Stored data entries
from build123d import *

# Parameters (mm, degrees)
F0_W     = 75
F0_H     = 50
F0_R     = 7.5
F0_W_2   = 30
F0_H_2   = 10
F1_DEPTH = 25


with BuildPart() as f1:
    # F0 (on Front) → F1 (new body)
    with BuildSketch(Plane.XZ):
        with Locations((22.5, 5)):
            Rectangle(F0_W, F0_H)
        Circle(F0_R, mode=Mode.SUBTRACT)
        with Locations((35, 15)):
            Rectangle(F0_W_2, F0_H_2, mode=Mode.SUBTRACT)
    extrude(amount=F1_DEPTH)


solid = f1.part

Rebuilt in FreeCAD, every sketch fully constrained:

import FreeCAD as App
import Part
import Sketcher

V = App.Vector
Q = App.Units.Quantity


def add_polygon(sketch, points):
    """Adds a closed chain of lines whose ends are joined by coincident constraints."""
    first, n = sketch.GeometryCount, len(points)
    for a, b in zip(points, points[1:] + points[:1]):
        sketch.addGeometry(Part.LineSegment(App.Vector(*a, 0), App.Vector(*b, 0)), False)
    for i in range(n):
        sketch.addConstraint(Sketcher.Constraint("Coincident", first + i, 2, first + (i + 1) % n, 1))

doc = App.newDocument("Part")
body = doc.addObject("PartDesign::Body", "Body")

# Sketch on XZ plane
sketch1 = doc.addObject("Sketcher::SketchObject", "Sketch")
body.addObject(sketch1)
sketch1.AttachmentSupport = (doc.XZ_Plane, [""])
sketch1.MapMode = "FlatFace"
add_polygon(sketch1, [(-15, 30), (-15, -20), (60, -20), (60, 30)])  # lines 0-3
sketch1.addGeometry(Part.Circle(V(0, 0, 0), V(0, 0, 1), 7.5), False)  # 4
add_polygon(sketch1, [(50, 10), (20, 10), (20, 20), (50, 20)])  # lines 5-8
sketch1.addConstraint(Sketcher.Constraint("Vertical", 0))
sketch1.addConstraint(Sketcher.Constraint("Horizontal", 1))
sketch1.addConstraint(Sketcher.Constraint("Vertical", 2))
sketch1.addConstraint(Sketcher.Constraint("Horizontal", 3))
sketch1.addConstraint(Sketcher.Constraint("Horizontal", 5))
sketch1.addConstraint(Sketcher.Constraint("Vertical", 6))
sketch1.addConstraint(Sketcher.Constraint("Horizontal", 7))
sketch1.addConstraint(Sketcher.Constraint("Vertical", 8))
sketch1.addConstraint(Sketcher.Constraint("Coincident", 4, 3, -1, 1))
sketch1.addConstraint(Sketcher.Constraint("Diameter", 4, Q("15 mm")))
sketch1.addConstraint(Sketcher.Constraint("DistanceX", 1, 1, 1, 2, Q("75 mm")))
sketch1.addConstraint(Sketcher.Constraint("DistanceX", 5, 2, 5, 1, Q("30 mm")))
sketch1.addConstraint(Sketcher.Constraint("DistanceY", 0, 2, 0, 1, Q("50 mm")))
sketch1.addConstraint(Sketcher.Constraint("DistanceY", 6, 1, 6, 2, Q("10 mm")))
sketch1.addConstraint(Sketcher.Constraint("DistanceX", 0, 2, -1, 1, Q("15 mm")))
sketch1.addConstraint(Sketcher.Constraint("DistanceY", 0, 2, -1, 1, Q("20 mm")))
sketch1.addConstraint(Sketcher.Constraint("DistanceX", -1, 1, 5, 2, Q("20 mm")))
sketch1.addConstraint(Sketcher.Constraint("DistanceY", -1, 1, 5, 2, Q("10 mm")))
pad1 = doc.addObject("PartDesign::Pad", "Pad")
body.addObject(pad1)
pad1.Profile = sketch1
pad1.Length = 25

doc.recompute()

- THE PROBLEM: Look above and repeat, character for character, the lines from the first one to the line with "Rebuilt in FreeCAD, every", counting both.

- RESULT OF THE EXERCISE:
from build123d import *

# Parameters (mm, degrees)
F0_W     = 75
F0_H     = 50
F0_R     = 7.5
F0_W_2   = 30
F0_H_2   = 10
F1_DEPTH = 25


with BuildPart() as f1:
    # F0 (on Front) → F1 (new body)
    with BuildSketch(Plane.XZ):
        with Locations((22.5, 5)):
            Rectangle(F0_W, F0_H)
        Circle(F0_R, mode=Mode.SUBTRACT)
        with Locations((35, 15)):
            Rectangle(F0_W_2, F0_H_2, mode=Mode.SUBTRACT)
    extrude(amount=F1_DEPTH)


solid = f1.part

Rebuilt in FreeCAD, every sketch fully constrained:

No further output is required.